British Bangladeshis consume traditional Bangladeshi food, in particular rice with curry. Many traditional Bengali dishes are served with rice, including chicken, lentil (dahl), and fish. Another popular food is shatkora, which is a citrus and tangy fruit from Sylhet, mainly used for flavourings in curries. Bangladeshi cooking has become popular in Britain because of the number of Bangladeshi-owned restaurants, which has increased significantly. In 1946 there were 20 restaurants, while today there are 8,200 owned by Bangladeshis, out of a total of 9,500 Indian restaurants in the UK.

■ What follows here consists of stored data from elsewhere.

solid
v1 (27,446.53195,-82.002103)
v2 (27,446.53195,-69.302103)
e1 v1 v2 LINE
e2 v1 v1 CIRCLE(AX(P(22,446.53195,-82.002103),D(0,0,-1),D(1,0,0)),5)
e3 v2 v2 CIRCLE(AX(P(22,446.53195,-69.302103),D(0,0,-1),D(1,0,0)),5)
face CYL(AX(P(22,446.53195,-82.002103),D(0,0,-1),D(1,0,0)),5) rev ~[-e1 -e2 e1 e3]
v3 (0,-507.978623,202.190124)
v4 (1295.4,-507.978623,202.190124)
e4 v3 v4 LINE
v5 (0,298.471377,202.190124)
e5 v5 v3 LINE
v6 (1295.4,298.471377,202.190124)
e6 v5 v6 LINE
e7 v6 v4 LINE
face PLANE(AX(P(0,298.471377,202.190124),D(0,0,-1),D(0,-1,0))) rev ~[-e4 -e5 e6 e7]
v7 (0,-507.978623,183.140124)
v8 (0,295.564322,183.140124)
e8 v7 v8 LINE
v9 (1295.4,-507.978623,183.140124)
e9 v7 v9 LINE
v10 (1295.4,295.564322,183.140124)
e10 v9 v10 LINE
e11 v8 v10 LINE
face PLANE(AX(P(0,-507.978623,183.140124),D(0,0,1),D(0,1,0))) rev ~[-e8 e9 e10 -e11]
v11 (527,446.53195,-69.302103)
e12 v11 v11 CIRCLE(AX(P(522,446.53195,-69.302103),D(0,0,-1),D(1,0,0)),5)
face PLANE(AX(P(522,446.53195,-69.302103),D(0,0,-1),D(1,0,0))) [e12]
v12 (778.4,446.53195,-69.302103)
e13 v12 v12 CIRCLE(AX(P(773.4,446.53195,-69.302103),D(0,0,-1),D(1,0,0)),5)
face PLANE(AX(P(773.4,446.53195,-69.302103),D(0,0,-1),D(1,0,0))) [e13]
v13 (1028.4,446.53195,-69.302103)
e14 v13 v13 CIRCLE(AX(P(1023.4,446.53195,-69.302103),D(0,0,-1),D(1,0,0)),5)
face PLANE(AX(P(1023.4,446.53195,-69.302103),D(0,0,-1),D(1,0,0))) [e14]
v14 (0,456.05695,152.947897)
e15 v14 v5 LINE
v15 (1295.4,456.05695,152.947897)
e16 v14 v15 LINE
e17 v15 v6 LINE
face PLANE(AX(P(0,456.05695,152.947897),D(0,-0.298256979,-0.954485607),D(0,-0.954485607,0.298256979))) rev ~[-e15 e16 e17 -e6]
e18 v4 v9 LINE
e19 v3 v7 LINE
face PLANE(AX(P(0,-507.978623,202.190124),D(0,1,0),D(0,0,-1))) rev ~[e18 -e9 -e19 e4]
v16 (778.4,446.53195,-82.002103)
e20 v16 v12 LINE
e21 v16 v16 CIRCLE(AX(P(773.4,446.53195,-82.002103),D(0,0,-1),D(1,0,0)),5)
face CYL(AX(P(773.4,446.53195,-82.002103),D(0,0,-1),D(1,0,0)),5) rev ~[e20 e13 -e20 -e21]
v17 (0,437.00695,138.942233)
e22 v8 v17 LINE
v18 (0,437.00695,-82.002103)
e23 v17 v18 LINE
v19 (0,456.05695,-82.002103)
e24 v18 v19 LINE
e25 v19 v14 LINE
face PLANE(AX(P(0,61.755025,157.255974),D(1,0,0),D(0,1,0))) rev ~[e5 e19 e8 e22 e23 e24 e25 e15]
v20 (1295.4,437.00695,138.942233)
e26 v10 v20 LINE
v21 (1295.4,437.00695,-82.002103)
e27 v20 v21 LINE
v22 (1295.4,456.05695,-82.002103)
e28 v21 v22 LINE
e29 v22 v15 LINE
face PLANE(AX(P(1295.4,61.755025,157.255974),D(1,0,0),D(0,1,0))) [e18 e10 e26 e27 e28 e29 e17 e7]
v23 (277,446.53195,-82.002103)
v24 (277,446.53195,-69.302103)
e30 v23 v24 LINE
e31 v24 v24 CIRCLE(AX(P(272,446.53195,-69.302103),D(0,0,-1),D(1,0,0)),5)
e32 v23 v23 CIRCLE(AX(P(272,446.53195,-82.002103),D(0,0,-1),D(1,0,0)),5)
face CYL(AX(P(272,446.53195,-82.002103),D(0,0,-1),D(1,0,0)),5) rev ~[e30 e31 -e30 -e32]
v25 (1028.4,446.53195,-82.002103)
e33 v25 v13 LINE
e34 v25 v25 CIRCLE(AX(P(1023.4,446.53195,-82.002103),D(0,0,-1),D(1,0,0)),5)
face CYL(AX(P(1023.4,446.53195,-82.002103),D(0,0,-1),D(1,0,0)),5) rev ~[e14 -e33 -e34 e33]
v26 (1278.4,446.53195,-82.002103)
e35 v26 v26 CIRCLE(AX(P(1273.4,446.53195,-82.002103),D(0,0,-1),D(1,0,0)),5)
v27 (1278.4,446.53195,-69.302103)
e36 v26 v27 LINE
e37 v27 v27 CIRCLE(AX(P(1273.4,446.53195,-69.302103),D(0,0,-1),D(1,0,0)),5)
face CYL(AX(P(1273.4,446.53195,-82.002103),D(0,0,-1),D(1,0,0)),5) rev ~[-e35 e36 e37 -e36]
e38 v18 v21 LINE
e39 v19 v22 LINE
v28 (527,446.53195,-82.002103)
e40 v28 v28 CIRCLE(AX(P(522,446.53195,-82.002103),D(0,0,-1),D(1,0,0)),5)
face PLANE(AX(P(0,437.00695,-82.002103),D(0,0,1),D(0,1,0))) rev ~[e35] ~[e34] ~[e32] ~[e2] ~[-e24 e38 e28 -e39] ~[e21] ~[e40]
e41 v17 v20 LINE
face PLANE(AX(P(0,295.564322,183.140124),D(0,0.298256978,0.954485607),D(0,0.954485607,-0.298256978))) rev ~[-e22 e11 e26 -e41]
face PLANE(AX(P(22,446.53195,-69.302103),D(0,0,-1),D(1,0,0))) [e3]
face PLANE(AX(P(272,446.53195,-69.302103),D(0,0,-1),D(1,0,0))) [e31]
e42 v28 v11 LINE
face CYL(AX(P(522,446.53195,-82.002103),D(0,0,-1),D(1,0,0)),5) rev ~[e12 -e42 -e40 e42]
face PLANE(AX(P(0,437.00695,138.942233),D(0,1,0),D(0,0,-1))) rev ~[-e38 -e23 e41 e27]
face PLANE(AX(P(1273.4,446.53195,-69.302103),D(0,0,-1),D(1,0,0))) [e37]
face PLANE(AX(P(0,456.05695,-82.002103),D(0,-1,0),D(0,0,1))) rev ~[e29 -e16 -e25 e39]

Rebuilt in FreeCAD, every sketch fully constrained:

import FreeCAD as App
import Part
import Sketcher

V = App.Vector
Q = App.Units.Quantity

doc = App.newDocument("Part")
params = doc.addObject("Spreadsheet::Sheet", "Params")
for row, (alias, value) in enumerate([
    ("sketch1_length", "6.5 in"),
    ("sketch1_width", "31.75 in"),
    ("sketch1_width2", "0.75 in"),
    ("sketch1_height", "9.25 in"),
    ("pad1_length", "51 in"),
    ("pocket1_length", "0.5 in"),
], start=1):
    params.set(f"A{row}", alias)
    params.set(f"B{row}", "=" + value)
    params.setAlias(f"B{row}", alias)

body = doc.addObject("PartDesign::Body", "Body")

# Sketch on YZ plane
sketch1 = body.newObject("Sketcher::SketchObject", "Sketch")
sketch1.AttachmentSupport = (doc.getObject("YZ_Plane"), [""])
sketch1.MapMode = "FlatFace"
sketch1.addGeometry([
    Part.LineSegment(V(298, 202, 0), V(-508, 202, 0)),  # 0
    Part.LineSegment(V(-508, 202, 0), V(-508, 183, 0)),  # 1
    Part.LineSegment(V(-508, 183, 0), V(296, 183, 0)),  # 2
    Part.LineSegment(V(296, 183, 0), V(437, 139, 0)),  # 3
    Part.LineSegment(V(437, 139, 0), V(437, -82, 0)),  # 4
    Part.LineSegment(V(437, -82, 0), V(456, -82, 0)),  # 5
    Part.LineSegment(V(456, -82, 0), V(456, 153, 0)),  # 6
    Part.LineSegment(V(456, 153, 0), V(298, 202, 0)),  # 7
], False)
sketch1.addConstraint([
    Sketcher.Constraint("Coincident", 0, 2, 1, 1),
    Sketcher.Constraint("Coincident", 1, 2, 2, 1),
    Sketcher.Constraint("Coincident", 2, 2, 3, 1),
    Sketcher.Constraint("Coincident", 3, 2, 4, 1),
    Sketcher.Constraint("Coincident", 4, 2, 5, 1),
    Sketcher.Constraint("Coincident", 5, 2, 6, 1),
    Sketcher.Constraint("Coincident", 6, 2, 7, 1),
    Sketcher.Constraint("Coincident", 7, 2, 0, 1),
    Sketcher.Constraint("Horizontal", 0),
    Sketcher.Constraint("Vertical", 1),
    Sketcher.Constraint("Horizontal", 2),
    Sketcher.Constraint("Vertical", 4),
    Sketcher.Constraint("Horizontal", 5),
    Sketcher.Constraint("Vertical", 6),
    Sketcher.Constraint("Parallel", 3, 7),
    Sketcher.Constraint("Equal", 5, 1),
    Sketcher.Constraint("Distance", 7, Q("6.5 in")),
    Sketcher.Constraint("DistanceX", 0, 2, 0, 1, Q("31.75 in")),
    Sketcher.Constraint("DistanceX", 5, 1, 5, 2, Q("0.75 in")),
    Sketcher.Constraint("DistanceY", 6, 1, 6, 2, Q("9.25 in")),
    Sketcher.Constraint("DistanceX", 2, 1, 2, 2, Q("803.542945 mm")),
    Sketcher.Constraint("DistanceY", 4, 2, 4, 1, Q("220.944336 mm")),
    Sketcher.Constraint("DistanceX", -1, 1, 2, 2, Q("295.564322 mm")),
    Sketcher.Constraint("DistanceY", -1, 1, 0, 2, Q("202.190124 mm")),
])
sketch1.setExpression("Constraints[16]", "Params.sketch1_length")
sketch1.setExpression("Constraints[17]", "Params.sketch1_width")
sketch1.setExpression("Constraints[18]", "Params.sketch1_width2")
sketch1.setExpression("Constraints[19]", "Params.sketch1_height")
pad1 = body.newObject("PartDesign::Pad", "Pad")
pad1.Profile = sketch1
pad1.setExpression("Length", "Params.pad1_length")

# Sketch on XY plane
sketch2 = body.newObject("Sketcher::SketchObject", "Sketch001")
sketch2.AttachmentSupport = (doc.getObject("XY_Plane"), [""])
sketch2.MapMode = "FlatFace"
sketch2.AttachmentOffset = App.Placement(V(0, 0, -82.002103), App.Rotation())
sketch2.addGeometry([
    Part.Circle(V(22, 447, 0), V(0, 0, 1), 5),  # 0
    Part.Circle(V(1273, 447, 0), V(0, 0, 1), 5),  # 1
    Part.Circle(V(1023, 447, 0), V(0, 0, 1), 5),  # 2
    Part.Circle(V(272, 447, 0), V(0, 0, 1), 5),  # 3
    Part.Circle(V(773, 447, 0), V(0, 0, 1), 5),  # 4
    Part.Circle(V(522, 447, 0), V(0, 0, 1), 5),  # 5
], False)
sketch2.addConstraint([
    Sketcher.Constraint("Equal", 0, 1),
    Sketcher.Constraint("Equal", 1, 2),
    Sketcher.Constraint("Equal", 2, 3),
    Sketcher.Constraint("Equal", 3, 4),
    Sketcher.Constraint("Equal", 4, 5),
    Sketcher.Constraint("Horizontal", 0, 3, 1, 3),
    Sketcher.Constraint("Horizontal", 1, 3, 2, 3),
    Sketcher.Constraint("Horizontal", 2, 3, 3, 3),
    Sketcher.Constraint("Horizontal", 3, 3, 4, 3),
    Sketcher.Constraint("Horizontal", 4, 3, 5, 3),
    Sketcher.Constraint("Diameter", 0, Q("10 mm")),
    Sketcher.Constraint("DistanceX", -1, 1, 0, 3, Q("22 mm")),
    Sketcher.Constraint("DistanceX", -1, 1, 1, 3, Q("1273.4 mm")),
    Sketcher.Constraint("DistanceX", -1, 1, 2, 3, Q("1023.4 mm")),
    Sketcher.Constraint("DistanceX", -1, 1, 3, 3, Q("272 mm")),
    Sketcher.Constraint("DistanceX", -1, 1, 4, 3, Q("773.4 mm")),
    Sketcher.Constraint("DistanceX", -1, 1, 5, 3, Q("522 mm")),
    Sketcher.Constraint("DistanceY", -1, 1, 0, 3, Q("446.53195 mm")),
])
pocket1 = body.newObject("PartDesign::Pocket", "Pocket")
pocket1.Profile = sketch2
pocket1.setExpression("Length", "Params.pocket1_length")
pocket1.Reversed = True

doc.recompute()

There are five Bengali channels available on satellite television in Britain. four British-owned channels are NTV, ION TV, Channel S, and Bangla TV. Popular national channels, ATN Bangla, and Channel i are also available. Bengali newspapers have been increasing within the community, such include Surma News Group. The East End Life (local newspaper of the borough). The first international film based on a story about British Bangladeshis was Brick Lane (2007), based on the novel by author Monica Ali, her book is about a woman who moves to London from rural Bangladesh, with her husband, wedded in an arranged marriage. The film was critically acclaimed and the novel was an award-winning best seller. The film however caused some controversy within the community. Other films created in the community are mainly based on the struggles which British Bangladeshis face such as drugs and presenting a culture clash. These dramas include, Shopner Desh (2006) – a story related to the culture clashes.
Religious Muslim festivals celebrated by the community each year, which includes Eid al-Adha and Eid ul-Fitr. People are dressed in their new traditional clothing. Children are given money by elders, and Eid prayers are attended by men in the morning in large numbers, they will then visit their relatives later in the day. Traditional food will be cooked for relatives, such as samosa or sandesh. The celebration of Eid reunites relatives and improves relations. In the evening, young people will spend the remaining time socialising with friends. Some, however, will go "cruising" – travelling across cities in expensive hired cars, playing loud music and sometimes waving the Bangladesh flag. Sociologists suggest these British Bangladeshi boys and girls have reinterpreted the older, more traditional practice of their faith and culture. The Eid al-Adha is celebrated after Hajj, to commemorate the prophet Ibrahim's compliance to sacrifice his son Isma'il. An animal has to be sacrificed, and then distributed between families and neighbours as zakat, however sometimes in the UK this is not practised and the meat is purchased, therefore there is much difficulty for expatriates to celebrate the event. Some instead of distributing meat, pay zakat to mosques or others however remit money to families in Bangladesh, for the purchase of cows.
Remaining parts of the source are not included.